:: Data for the task

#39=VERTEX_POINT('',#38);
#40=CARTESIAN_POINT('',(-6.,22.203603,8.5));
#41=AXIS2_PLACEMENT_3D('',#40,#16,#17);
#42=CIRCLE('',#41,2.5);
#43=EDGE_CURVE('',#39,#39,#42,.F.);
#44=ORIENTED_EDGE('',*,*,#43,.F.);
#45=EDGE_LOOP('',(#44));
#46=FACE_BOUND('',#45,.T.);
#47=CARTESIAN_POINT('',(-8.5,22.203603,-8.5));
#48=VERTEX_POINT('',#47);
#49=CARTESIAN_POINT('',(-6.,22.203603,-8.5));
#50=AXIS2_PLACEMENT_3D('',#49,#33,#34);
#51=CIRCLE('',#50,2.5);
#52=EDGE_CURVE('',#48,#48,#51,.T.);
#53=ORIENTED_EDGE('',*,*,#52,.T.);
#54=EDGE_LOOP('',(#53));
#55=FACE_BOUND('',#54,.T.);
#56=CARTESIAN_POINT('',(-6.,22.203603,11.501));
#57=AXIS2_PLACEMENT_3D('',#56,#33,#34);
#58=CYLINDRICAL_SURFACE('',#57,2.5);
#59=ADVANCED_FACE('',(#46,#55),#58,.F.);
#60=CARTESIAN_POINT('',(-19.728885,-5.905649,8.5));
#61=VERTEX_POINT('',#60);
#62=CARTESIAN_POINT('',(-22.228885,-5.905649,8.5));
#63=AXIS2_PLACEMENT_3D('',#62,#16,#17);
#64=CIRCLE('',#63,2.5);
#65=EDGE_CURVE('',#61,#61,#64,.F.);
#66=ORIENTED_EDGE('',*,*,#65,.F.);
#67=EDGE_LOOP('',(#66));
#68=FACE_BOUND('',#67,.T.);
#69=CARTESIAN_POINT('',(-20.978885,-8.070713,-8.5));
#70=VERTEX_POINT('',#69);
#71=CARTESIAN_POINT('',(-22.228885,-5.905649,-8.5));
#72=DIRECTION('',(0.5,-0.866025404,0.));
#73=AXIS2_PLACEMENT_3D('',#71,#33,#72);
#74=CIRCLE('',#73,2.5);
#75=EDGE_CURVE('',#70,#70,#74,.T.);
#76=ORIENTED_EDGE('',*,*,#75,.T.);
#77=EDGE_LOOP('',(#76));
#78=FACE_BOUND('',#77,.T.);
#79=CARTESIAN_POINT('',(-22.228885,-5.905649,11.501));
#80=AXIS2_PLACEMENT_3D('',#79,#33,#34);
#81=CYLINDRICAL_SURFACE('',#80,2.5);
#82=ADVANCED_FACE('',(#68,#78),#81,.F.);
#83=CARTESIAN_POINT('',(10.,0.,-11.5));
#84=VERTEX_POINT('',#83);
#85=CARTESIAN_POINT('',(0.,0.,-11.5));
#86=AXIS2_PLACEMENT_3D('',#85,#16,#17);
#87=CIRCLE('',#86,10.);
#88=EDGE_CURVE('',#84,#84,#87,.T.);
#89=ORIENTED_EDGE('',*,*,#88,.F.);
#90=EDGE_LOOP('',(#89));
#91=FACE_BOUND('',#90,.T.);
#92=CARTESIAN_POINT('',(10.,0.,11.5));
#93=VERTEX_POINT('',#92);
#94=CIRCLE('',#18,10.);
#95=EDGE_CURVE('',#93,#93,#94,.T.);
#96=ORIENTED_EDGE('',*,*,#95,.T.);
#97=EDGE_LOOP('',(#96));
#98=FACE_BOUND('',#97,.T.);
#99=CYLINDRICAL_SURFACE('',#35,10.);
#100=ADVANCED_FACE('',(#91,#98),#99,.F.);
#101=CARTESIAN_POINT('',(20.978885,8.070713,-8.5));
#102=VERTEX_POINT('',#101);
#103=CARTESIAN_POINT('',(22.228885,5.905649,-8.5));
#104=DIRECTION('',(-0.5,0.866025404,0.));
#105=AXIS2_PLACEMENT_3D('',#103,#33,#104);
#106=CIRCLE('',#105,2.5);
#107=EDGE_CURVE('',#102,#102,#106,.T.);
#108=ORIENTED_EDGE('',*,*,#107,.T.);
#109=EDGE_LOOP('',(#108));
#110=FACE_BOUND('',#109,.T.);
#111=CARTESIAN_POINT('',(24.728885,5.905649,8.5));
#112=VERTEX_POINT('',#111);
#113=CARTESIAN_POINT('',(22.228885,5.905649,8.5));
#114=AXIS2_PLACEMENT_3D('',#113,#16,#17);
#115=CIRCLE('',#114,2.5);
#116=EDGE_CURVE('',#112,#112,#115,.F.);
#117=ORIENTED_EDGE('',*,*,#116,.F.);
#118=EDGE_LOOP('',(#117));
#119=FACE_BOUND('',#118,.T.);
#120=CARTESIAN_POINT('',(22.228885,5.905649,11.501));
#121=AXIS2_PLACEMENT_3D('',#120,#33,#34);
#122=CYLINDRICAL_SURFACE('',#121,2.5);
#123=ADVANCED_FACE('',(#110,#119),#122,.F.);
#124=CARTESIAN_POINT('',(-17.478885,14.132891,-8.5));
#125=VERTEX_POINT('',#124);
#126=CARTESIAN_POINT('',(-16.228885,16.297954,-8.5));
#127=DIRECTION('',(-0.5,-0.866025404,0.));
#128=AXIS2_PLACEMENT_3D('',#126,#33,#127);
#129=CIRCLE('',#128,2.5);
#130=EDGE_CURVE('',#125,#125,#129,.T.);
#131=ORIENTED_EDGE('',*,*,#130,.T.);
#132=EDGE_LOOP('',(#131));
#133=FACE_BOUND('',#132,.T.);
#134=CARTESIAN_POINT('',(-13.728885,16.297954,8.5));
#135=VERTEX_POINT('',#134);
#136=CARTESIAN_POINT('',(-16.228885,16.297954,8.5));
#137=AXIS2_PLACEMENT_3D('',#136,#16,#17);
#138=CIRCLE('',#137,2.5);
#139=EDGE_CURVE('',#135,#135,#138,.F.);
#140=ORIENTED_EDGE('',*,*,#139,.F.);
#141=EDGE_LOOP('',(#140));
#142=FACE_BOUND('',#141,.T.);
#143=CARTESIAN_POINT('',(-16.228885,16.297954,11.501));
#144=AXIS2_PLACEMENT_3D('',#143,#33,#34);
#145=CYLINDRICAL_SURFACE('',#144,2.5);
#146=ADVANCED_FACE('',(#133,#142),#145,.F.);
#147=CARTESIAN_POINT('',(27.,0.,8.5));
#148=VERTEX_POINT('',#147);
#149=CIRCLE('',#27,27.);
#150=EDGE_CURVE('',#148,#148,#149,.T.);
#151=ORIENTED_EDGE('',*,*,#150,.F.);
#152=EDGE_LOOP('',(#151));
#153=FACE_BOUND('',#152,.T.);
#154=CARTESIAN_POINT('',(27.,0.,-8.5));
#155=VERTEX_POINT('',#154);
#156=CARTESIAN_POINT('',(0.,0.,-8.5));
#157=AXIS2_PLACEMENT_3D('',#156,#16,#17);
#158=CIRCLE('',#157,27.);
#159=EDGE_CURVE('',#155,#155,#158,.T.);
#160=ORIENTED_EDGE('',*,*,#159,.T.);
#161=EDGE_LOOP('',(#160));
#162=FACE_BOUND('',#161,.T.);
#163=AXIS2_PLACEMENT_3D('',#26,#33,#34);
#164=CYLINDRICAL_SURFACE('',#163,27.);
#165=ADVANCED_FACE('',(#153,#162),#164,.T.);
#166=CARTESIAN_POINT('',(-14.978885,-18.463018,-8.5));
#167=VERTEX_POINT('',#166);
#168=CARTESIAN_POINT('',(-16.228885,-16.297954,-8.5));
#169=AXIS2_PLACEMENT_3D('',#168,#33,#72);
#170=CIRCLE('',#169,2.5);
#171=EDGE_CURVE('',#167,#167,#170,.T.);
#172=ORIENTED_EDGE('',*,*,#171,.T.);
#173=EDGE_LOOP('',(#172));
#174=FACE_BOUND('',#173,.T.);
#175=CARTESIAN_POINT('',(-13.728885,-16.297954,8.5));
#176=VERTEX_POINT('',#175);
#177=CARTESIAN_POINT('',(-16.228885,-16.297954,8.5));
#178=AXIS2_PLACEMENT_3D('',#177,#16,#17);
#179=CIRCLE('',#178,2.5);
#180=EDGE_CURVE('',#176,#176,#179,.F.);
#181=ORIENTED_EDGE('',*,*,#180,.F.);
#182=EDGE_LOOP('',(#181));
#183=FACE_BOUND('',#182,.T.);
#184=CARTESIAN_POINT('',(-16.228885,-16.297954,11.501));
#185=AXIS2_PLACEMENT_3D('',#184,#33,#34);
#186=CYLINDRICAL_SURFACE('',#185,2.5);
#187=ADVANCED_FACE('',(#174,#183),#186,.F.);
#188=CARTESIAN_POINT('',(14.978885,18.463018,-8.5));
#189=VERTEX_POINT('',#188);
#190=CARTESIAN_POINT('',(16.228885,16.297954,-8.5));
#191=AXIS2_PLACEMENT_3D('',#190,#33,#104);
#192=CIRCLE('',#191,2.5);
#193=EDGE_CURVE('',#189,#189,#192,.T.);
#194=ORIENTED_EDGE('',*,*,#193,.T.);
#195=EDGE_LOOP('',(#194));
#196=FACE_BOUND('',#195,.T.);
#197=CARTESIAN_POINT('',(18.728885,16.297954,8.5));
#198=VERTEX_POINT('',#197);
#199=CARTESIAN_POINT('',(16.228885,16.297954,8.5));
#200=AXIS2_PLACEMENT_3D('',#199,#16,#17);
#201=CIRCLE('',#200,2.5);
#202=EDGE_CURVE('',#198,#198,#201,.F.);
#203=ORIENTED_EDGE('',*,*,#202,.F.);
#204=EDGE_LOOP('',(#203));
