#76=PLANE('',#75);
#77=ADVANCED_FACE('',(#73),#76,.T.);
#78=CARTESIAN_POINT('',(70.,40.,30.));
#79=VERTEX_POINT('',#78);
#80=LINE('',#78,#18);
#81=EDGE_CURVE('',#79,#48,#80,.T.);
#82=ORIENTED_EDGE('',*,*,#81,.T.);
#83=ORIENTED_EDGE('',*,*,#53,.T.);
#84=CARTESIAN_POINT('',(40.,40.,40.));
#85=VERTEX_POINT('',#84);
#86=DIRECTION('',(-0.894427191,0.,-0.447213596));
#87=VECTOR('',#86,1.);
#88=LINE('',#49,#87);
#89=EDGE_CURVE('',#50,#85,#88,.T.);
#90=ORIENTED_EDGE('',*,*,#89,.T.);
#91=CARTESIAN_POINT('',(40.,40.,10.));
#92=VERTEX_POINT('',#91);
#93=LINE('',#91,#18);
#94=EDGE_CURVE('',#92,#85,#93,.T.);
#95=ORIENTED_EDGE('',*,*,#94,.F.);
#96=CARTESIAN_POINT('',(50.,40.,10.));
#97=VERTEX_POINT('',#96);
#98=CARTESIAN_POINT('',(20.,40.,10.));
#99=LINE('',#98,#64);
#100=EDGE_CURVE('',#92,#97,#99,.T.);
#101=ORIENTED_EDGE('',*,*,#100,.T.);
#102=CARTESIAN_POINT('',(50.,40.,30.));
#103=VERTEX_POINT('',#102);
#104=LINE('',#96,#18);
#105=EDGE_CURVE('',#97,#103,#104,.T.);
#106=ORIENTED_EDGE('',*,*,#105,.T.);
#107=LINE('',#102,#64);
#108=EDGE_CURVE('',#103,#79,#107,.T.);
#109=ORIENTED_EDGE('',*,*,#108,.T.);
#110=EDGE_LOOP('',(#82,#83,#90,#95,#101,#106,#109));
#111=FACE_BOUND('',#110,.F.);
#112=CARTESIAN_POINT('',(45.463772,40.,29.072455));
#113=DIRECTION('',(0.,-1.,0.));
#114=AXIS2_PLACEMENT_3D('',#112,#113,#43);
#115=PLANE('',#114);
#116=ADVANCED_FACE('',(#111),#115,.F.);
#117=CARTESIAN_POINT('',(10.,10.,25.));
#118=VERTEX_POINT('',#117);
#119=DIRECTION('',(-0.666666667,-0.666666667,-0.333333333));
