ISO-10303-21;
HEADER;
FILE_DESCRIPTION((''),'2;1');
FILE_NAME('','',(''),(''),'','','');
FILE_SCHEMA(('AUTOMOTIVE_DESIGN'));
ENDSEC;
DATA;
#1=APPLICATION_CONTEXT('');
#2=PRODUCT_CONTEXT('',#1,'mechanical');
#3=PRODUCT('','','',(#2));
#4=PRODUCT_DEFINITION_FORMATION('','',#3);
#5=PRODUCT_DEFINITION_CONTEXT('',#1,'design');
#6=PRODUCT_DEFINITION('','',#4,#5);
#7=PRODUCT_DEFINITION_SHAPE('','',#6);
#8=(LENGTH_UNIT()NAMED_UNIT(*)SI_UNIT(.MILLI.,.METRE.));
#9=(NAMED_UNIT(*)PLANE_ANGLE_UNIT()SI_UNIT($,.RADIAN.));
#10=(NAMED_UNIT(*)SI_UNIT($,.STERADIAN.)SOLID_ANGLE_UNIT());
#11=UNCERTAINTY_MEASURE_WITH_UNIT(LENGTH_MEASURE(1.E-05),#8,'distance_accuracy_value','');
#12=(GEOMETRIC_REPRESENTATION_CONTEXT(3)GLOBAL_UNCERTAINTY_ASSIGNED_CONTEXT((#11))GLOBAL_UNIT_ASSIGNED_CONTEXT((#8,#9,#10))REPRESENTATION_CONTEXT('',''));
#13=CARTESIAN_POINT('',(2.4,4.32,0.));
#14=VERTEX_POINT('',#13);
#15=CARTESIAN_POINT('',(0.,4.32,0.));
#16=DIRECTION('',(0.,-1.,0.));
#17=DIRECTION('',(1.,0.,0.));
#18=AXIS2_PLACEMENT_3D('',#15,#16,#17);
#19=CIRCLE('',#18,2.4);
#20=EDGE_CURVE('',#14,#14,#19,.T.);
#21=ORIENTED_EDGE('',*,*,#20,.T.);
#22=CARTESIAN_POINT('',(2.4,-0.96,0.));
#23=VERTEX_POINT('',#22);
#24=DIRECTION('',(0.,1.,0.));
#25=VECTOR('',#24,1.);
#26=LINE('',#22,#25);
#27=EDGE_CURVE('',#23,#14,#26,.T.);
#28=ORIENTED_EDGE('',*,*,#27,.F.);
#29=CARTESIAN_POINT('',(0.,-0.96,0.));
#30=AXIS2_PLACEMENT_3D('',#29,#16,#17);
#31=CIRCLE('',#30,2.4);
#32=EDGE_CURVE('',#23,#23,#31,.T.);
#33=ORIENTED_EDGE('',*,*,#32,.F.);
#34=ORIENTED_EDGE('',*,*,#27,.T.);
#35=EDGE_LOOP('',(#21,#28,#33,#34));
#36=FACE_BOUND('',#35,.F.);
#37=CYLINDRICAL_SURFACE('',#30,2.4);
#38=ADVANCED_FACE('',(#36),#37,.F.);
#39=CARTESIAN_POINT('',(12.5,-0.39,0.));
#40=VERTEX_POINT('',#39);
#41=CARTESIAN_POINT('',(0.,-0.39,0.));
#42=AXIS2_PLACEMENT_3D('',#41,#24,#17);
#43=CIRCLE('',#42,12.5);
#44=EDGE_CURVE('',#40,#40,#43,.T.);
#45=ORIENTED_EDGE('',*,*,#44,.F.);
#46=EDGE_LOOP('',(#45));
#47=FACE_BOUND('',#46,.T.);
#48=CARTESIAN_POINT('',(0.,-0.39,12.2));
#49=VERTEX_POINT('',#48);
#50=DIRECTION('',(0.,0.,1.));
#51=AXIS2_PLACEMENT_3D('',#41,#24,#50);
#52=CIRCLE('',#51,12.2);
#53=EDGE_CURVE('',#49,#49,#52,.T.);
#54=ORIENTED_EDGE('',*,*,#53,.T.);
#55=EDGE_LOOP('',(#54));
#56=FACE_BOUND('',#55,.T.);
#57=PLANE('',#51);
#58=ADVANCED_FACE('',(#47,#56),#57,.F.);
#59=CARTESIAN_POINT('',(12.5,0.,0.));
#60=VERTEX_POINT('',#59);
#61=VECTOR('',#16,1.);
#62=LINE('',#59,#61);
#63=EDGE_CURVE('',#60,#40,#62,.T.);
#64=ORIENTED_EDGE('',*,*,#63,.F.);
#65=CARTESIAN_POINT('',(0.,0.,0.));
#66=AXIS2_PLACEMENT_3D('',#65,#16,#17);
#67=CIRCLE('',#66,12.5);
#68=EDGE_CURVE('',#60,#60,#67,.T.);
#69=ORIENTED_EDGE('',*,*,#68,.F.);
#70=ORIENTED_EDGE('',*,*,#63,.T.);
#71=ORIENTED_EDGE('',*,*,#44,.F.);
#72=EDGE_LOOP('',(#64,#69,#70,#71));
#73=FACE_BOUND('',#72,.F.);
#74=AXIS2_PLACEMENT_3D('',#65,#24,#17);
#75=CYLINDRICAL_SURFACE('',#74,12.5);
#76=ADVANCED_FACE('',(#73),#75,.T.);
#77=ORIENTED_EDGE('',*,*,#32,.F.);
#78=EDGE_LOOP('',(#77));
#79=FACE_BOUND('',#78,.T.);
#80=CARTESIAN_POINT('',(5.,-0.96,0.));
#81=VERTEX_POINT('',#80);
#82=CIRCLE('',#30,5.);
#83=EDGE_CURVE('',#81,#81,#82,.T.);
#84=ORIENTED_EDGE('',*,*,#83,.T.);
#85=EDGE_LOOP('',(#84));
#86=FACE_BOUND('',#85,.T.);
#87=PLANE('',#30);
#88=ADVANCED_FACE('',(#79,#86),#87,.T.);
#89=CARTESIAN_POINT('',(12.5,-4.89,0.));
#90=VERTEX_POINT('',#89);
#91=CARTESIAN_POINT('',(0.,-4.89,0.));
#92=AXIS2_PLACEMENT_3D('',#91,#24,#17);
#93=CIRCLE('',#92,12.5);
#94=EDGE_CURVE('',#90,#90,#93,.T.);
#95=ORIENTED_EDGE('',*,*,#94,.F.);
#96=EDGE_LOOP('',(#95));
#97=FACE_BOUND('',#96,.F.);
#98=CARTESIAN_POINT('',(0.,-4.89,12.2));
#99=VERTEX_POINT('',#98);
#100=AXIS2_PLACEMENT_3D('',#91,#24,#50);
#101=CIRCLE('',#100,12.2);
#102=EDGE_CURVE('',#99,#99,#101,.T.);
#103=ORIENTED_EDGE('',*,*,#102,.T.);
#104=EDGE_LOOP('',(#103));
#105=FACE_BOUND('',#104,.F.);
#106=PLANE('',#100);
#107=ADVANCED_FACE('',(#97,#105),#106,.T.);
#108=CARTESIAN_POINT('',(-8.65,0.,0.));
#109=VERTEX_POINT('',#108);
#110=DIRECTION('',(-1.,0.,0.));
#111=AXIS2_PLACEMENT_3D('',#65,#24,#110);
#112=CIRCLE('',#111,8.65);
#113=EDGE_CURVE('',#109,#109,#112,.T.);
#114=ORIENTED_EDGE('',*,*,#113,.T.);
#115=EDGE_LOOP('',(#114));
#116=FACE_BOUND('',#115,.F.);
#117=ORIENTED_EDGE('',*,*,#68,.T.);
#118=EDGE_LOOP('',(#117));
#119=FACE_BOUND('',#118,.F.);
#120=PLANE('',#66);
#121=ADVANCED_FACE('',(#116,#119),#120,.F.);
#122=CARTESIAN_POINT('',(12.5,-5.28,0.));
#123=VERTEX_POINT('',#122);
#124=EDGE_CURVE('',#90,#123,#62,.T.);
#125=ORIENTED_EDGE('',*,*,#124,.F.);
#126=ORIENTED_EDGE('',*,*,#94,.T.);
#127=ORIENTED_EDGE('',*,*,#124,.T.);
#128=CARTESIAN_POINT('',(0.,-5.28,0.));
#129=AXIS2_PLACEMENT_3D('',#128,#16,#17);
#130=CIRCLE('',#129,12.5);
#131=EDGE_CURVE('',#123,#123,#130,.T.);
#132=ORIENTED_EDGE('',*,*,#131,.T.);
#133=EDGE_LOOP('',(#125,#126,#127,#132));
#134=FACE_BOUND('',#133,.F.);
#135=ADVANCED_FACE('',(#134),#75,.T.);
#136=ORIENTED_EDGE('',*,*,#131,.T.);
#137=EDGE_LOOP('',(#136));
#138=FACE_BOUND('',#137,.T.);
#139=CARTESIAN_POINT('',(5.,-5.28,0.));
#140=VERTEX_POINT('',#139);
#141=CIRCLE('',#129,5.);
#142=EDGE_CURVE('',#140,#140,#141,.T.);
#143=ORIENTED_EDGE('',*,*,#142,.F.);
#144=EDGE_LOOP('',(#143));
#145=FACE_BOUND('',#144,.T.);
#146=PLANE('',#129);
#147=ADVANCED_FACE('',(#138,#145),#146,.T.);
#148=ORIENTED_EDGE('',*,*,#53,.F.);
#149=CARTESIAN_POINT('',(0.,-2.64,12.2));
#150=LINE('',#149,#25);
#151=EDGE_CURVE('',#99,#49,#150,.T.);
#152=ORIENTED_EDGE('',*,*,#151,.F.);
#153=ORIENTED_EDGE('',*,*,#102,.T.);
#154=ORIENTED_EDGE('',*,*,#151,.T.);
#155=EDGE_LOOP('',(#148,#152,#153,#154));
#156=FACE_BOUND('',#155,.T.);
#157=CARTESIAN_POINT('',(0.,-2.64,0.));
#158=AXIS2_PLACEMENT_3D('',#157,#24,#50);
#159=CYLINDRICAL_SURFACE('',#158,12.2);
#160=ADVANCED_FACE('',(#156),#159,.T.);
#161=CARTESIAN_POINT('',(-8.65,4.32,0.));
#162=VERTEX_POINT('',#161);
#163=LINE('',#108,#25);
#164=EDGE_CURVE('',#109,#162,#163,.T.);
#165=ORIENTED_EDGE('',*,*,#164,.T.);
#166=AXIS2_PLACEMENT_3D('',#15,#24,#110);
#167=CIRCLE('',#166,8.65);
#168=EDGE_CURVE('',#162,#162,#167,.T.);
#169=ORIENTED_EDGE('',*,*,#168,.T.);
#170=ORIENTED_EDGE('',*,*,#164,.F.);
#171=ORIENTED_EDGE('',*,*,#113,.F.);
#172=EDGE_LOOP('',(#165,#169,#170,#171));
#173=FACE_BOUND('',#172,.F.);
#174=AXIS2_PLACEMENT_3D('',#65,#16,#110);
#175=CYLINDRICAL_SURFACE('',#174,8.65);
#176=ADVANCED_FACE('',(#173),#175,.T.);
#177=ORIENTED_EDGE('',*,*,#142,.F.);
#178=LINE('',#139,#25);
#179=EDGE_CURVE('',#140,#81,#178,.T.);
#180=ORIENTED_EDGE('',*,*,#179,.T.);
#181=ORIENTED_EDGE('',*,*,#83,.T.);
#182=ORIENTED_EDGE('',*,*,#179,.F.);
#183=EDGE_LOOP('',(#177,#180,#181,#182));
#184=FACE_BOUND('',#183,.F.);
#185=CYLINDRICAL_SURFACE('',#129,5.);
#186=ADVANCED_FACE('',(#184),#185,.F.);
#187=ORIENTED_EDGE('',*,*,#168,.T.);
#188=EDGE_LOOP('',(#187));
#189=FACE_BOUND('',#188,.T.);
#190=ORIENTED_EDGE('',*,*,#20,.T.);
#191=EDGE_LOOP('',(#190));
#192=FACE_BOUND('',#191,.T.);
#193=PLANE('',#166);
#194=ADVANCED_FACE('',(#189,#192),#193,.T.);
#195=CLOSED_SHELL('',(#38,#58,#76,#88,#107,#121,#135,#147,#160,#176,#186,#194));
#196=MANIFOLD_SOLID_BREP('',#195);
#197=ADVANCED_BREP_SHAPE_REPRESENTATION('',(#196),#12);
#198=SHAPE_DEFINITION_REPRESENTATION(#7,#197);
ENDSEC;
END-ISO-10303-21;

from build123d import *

# Parameters (mm, degrees)
F0_R     = 12.5
F1_DEPTH = 5.28
F2_R     = 8.65
F3_DEPTH = 4.32
F4_R     = 5
F5_DEPTH = 4.32
F6_W     = 4.5
F6_H     = 0.3
F8_R     = 2.4
F9_DEPTH = 25


with BuildPart() as f1:
    # F0 (on Front) → F1 (new body)
    with BuildSketch(Plane.XZ):
        Circle(F0_R)
    extrude(amount=F1_DEPTH)

    # F2 (on face) → F3 (join)
    with BuildSketch(Plane(origin=(0, 0, 0), x_dir=(-1, 0, 0), z_dir=(0, 1, 0))):
        Circle(F2_R)
    extrude(amount=F3_DEPTH)

    # F4 (on face) → F5 (cut)
    with BuildSketch(Plane.XZ.offset(5.28)):
        Circle(F4_R)
    extrude(amount=-F5_DEPTH, mode=Mode.SUBTRACT)

    # F6 (on Right) → F7 (revolve, cut)
    with BuildSketch(Plane.YZ):
        with Locations((-2.64, 12.35)):
            Rectangle(F6_W, F6_H)
    revolve(axis=Axis((0, 0, 0), (0, 1, 0)), mode=Mode.SUBTRACT)

    # F8 (on face) → F9 (cut)
    with BuildSketch(Plane.XZ.offset(0.96)):
        Circle(F8_R)
    extrude(amount=-F9_DEPTH, mode=Mode.SUBTRACT)


solid = f1.part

::::

What is asked for is an exact copy of the lines above from the one containing "#158=CIRCLE('',#157,27.);" through the one containing "#78=CARTESIAN_POINT('',(70.,40.,30.));", and only those.

#158=CIRCLE('',#157,27.);
#159=EDGE_CURVE('',#155,#155,#158,.T.);
#160=ORIENTED_EDGE('',*,*,#159,.T.);
#161=EDGE_LOOP('',(#160));
#162=FACE_BOUND('',#161,.T.);
#163=AXIS2_PLACEMENT_3D('',#26,#33,#34);
#164=CYLINDRICAL_SURFACE('',#163,27.);
#165=ADVANCED_FACE('',(#153,#162),#164,.T.);
#166=CARTESIAN_POINT('',(-14.978885,-18.463018,-8.5));
#167=VERTEX_POINT('',#166);
#168=CARTESIAN_POINT('',(-16.228885,-16.297954,-8.5));
#169=AXIS2_PLACEMENT_3D('',#168,#33,#72);
#170=CIRCLE('',#169,2.5);
#171=EDGE_CURVE('',#167,#167,#170,.T.);
#172=ORIENTED_EDGE('',*,*,#171,.T.);
#173=EDGE_LOOP('',(#172));
#174=FACE_BOUND('',#173,.T.);
#175=CARTESIAN_POINT('',(-13.728885,-16.297954,8.5));
#176=VERTEX_POINT('',#175);
#177=CARTESIAN_POINT('',(-16.228885,-16.297954,8.5));
#178=AXIS2_PLACEMENT_3D('',#177,#16,#17);
#179=CIRCLE('',#178,2.5);
#180=EDGE_CURVE('',#176,#176,#179,.F.);
#181=ORIENTED_EDGE('',*,*,#180,.F.);
#182=EDGE_LOOP('',(#181));
#183=FACE_BOUND('',#182,.T.);
#184=CARTESIAN_POINT('',(-16.228885,-16.297954,11.501));
#185=AXIS2_PLACEMENT_3D('',#184,#33,#34);
#186=CYLINDRICAL_SURFACE('',#185,2.5);
#187=ADVANCED_FACE('',(#174,#183),#186,.F.);
#188=CARTESIAN_POINT('',(14.978885,18.463018,-8.5));
#189=VERTEX_POINT('',#188);
#190=CARTESIAN_POINT('',(16.228885,16.297954,-8.5));
#191=AXIS2_PLACEMENT_3D('',#190,#33,#104);
#192=CIRCLE('',#191,2.5);
#193=EDGE_CURVE('',#189,#189,#192,.T.);
#194=ORIENTED_EDGE('',*,*,#193,.T.);
#195=EDGE_LOOP('',(#194));
#196=FACE_BOUND('',#195,.T.);
#197=CARTESIAN_POINT('',(18.728885,16.297954,8.5));
#198=VERTEX_POINT('',#197);
#199=CARTESIAN_POINT('',(16.228885,16.297954,8.5));
#200=AXIS2_PLACEMENT_3D('',#199,#16,#17);
#201=CIRCLE('',#200,2.5);
#202=EDGE_CURVE('',#198,#198,#201,.F.);
#203=ORIENTED_EDGE('',*,*,#202,.F.);
#204=EDGE_LOOP('',(#203));
#76=PLANE('',#75);
#77=ADVANCED_FACE('',(#73),#76,.T.);
#78=CARTESIAN_POINT('',(70.,40.,30.));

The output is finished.